Un autre discours, qui ne trouve pas sa place dans l’espace médiatique dominant, est celui que je rencontre tous les samedis dans la permanence syndicale que je tiens à Montreuil : la vie de femmes et d’hommes étrangers en situation régulière ou irrégulière qui viennent à ma rencontre pour partager leurs problématiques liées au travail. Tous avec la même appréhension : celle de l’expulsion.
Une femme, samedi dernier, venue avec un récépissé de demande de titre de séjour qui ne l’autorise pas à travailler. Elle parle le français correctement, mais elle est un peu hésitante. Elle pleure. Elle a travaillé sans être déclarée pendant plusieurs années, mais son employeur a cessé de lui fournir du travail. Elle n’a reçu aucune lettre de licenciement. Rien. Son employeur ne lui répond plus. Elle n’a plus de revenu. Elle a deux enfants. Elle dispose pourtant d’une promesse d’embauche, signée par un autre employeur. Il suffit que la préfecture lui accorde son titre de séjour.. mais rien, toujours rien. Elle renouvelle sa demande tous les trois mois. Et attend. Elle ne sait d’ailleurs plus vraiment ce qu’elle attend : un titre de séjour ou l’expulsion, la faim aussi, la maladie, le trépas ?

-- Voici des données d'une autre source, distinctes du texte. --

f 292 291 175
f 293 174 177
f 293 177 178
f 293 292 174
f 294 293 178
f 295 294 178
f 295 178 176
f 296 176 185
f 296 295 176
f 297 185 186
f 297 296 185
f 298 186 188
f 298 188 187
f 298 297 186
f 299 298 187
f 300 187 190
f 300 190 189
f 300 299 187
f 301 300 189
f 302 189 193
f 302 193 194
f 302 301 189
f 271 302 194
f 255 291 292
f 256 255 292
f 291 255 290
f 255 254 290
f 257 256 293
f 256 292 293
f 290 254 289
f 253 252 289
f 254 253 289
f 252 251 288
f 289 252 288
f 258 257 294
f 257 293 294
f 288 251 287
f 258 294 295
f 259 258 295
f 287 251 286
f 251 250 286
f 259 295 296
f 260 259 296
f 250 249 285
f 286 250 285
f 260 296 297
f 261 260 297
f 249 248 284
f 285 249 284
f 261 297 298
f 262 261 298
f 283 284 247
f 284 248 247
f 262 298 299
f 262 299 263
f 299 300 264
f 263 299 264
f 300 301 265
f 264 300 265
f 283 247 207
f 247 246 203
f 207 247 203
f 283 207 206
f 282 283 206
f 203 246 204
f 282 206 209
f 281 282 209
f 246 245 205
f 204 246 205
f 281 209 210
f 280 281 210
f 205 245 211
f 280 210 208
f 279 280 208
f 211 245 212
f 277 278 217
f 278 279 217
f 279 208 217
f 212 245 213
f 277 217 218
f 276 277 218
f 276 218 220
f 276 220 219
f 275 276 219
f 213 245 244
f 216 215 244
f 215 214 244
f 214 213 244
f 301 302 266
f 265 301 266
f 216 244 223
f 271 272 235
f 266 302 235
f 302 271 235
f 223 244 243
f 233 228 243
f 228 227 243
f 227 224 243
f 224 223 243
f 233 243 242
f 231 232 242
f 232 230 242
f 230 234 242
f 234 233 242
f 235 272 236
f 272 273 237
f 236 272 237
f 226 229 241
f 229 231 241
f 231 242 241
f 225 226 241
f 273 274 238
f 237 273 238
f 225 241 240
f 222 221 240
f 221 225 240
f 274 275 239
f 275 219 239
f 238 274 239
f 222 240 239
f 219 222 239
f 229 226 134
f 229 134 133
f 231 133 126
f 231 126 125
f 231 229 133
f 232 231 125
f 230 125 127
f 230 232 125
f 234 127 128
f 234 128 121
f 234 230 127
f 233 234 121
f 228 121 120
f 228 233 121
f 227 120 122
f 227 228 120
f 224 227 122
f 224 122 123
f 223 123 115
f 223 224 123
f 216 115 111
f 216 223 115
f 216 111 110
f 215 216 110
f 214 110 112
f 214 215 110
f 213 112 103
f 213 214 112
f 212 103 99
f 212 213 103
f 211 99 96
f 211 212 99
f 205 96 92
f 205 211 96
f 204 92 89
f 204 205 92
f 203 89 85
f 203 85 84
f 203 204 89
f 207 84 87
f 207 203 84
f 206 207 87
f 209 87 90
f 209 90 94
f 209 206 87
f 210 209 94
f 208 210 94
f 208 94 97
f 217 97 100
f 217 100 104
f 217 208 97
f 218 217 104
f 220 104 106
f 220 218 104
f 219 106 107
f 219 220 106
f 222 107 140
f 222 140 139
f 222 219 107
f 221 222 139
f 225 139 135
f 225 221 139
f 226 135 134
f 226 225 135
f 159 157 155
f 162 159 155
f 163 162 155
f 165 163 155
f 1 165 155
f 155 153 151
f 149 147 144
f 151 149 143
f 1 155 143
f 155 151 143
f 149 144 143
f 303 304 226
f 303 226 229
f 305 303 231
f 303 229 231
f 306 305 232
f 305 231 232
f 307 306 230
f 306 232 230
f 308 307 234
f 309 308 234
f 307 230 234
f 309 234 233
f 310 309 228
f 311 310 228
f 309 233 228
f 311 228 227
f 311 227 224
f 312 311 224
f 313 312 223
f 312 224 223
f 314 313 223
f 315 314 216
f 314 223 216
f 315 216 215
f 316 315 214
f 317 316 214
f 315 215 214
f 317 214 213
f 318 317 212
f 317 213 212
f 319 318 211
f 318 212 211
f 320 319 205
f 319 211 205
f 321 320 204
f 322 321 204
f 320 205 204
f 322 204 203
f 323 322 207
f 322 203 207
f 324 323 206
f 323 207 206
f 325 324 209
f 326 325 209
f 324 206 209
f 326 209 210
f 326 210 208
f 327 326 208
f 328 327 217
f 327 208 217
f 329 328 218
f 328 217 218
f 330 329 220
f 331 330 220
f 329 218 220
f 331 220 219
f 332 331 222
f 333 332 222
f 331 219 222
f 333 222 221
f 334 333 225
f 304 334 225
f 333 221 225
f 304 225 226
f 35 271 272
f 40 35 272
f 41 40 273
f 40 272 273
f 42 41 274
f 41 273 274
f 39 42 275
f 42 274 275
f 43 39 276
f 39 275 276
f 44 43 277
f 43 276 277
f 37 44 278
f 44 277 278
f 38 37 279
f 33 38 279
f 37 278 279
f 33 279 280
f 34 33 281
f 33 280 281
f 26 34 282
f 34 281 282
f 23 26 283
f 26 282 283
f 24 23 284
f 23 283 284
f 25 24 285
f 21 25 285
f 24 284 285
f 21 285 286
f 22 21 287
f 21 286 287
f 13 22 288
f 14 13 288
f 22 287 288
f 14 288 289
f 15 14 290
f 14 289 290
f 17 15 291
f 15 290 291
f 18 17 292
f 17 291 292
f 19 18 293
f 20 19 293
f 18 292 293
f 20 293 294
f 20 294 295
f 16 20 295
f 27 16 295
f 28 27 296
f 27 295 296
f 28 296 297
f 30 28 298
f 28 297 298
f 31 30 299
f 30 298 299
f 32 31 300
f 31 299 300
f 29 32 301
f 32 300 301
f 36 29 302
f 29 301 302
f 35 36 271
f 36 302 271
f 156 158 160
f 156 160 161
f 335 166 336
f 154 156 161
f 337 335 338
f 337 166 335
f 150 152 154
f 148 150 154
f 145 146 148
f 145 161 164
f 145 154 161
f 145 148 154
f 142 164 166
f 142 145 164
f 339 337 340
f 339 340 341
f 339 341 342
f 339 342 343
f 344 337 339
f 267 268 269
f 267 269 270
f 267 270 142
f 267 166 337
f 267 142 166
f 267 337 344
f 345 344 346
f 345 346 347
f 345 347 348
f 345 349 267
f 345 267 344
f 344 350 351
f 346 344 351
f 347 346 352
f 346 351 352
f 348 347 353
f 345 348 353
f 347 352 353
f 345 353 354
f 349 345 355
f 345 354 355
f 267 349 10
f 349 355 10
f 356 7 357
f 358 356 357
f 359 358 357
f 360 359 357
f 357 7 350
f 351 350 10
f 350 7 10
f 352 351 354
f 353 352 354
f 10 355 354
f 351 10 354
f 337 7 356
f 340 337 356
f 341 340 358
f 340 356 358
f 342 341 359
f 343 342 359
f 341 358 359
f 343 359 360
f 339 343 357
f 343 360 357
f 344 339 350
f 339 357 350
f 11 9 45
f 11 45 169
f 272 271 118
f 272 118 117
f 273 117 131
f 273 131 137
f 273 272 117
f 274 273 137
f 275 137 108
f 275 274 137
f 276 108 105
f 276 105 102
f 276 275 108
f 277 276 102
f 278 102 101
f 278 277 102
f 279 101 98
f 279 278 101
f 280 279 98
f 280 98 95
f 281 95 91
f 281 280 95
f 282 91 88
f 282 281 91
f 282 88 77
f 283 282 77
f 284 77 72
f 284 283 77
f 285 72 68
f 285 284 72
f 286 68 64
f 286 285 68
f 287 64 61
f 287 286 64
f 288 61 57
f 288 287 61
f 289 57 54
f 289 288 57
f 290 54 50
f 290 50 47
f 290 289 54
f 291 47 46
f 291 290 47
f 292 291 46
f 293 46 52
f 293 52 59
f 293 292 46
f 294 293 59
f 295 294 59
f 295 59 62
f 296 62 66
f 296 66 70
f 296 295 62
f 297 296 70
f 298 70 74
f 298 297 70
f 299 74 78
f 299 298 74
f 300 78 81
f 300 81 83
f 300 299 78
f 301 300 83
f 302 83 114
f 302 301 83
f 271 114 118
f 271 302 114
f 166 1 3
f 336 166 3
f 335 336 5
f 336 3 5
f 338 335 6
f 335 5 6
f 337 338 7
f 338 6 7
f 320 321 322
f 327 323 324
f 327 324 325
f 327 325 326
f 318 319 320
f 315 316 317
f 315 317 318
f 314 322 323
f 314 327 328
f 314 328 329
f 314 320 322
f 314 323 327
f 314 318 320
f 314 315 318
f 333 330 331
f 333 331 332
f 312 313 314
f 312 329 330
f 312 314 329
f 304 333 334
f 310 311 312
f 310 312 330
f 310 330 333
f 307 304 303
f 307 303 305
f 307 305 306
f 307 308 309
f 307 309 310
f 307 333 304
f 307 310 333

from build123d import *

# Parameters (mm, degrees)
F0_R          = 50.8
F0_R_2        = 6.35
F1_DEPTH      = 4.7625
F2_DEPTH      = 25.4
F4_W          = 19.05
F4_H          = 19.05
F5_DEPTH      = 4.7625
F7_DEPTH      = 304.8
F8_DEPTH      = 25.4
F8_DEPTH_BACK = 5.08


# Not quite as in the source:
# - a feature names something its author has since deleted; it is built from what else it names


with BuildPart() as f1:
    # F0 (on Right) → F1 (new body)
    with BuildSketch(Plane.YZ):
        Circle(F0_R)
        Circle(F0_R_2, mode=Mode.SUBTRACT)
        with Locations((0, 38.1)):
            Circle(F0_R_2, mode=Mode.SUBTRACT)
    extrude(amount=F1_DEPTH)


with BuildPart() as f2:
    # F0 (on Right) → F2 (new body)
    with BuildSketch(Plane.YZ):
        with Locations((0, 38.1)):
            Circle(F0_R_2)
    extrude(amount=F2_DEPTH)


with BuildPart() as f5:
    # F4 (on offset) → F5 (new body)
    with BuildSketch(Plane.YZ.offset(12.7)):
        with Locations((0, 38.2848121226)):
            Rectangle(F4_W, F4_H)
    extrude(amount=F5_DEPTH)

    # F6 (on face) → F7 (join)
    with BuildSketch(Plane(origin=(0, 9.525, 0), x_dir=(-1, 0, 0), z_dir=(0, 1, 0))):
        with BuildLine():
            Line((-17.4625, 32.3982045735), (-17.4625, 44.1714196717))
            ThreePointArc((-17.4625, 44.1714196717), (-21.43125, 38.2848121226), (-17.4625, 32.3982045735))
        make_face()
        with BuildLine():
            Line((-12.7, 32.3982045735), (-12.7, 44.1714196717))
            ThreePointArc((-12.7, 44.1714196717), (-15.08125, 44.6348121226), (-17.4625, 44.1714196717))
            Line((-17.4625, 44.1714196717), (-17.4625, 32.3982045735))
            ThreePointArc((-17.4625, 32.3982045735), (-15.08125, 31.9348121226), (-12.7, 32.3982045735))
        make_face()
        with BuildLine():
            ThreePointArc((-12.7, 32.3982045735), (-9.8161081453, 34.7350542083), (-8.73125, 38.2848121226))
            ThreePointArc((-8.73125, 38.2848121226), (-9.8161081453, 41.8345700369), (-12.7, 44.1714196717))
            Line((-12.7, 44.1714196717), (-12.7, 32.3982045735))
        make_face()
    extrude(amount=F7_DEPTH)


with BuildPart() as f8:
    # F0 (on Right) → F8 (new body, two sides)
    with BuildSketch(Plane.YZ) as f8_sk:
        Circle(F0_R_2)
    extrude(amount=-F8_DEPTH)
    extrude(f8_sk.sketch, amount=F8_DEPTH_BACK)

Une femme encore, il y a quelque mois. En situation régulière cette fois. Elle recevait un bulletin de salaire chaque mois, depuis 15 ans. Sur sa fiche de salaire apparaît toutes les cotisations sociales nécessaires. C’était un mensonge. Elle a reçu sa première pension de retraite : 43 euros. Elle apprend par la caisse de retraite qu’elle n’a jamais été déclarée par son employeur. Elle doit maintenant vieillir avec 43 euros par mois. Et lorsque j’évoque la possibilité d’agir contre son employeur, ses angoisses surgissent : “est-ce que je risque de perdre mon titre de séjour ?”.

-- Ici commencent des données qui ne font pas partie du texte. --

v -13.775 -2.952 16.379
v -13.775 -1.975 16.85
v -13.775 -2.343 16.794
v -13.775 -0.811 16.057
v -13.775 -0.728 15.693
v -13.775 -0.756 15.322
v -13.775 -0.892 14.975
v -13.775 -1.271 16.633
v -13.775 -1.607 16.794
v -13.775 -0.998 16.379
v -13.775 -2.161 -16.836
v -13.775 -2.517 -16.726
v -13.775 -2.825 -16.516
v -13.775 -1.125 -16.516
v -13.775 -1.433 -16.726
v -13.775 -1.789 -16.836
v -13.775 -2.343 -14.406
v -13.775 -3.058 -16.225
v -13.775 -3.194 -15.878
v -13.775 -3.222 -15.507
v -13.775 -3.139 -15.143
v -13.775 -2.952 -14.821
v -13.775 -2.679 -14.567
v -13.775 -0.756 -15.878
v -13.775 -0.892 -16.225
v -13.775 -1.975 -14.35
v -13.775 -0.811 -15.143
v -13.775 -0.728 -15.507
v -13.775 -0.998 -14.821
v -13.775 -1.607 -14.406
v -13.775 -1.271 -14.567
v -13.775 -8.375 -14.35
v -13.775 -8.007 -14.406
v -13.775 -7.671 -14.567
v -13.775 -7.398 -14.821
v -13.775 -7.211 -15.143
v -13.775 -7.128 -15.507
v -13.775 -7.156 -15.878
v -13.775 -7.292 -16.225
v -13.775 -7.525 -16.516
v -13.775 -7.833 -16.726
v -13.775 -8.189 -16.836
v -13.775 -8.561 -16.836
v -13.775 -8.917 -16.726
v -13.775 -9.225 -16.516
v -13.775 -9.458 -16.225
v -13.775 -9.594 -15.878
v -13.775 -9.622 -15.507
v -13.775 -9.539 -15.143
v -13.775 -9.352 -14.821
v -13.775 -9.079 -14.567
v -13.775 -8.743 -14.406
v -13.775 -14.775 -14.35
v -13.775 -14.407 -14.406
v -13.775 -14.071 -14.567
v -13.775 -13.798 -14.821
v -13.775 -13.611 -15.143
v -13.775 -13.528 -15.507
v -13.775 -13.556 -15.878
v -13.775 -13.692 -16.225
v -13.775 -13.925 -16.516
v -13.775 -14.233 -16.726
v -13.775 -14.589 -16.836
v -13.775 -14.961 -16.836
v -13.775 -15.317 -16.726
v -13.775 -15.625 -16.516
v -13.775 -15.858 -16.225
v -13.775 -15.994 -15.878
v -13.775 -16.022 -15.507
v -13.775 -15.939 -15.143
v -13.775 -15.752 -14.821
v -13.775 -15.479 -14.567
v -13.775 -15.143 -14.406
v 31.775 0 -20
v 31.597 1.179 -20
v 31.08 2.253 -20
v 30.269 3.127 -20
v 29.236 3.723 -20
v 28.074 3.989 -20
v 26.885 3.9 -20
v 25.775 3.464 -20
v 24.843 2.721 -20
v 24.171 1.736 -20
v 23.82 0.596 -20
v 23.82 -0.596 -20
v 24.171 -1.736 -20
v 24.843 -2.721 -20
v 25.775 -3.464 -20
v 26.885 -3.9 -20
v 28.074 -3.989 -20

Un homme, cette fois. Je l’ai rencontré, il y a un an. Son souvenir m’émeut encore. Il travaille dans un kebab. De 20h le soir, jusqu’à 10h le lendemain. 14h par jour. Du lundi au dimanche. Sans jour de repos. Il n’a pas eu de vacances depuis 3 ans. Son récit me paraissait invraisemblable. Pourtant, tout était vrai. Il travaille, de nuit, 14 heures par jour, tous les jours de la semaine, toutes les semaines du mois, et tous les mois de l’année. Il m’a expliqué que sa situation ne lui permettait pas de changer de travail. Ce travail pour lui, c’était son moyen de subsistance quotidien et l’espoir d’une régularisation future. De mon point de vue, sa situation relevait de la traite des êtres humains. Je me suis indigné, et j’ai envisagé de saisir l’inspection du travail. Or, ce terme “inspection du travail” évoquait, pour lui, une institution étatique. Synonyme, à ces yeux, de rétention administrative, puis d’expulsion. Il a refusé mon aide. Avec mon syndicat, nous avons tenté de le recontacter plusieurs fois, sans succès.
Ce soir, vous choisirez ou non de lever votre main, une formalité législative pour vous, la misère aggravée pour des milliers d’entre nous.
Madame la députée, si vous votez ce texte, faites-le la main tremblante, ce sont des vies entières que vous condamnez.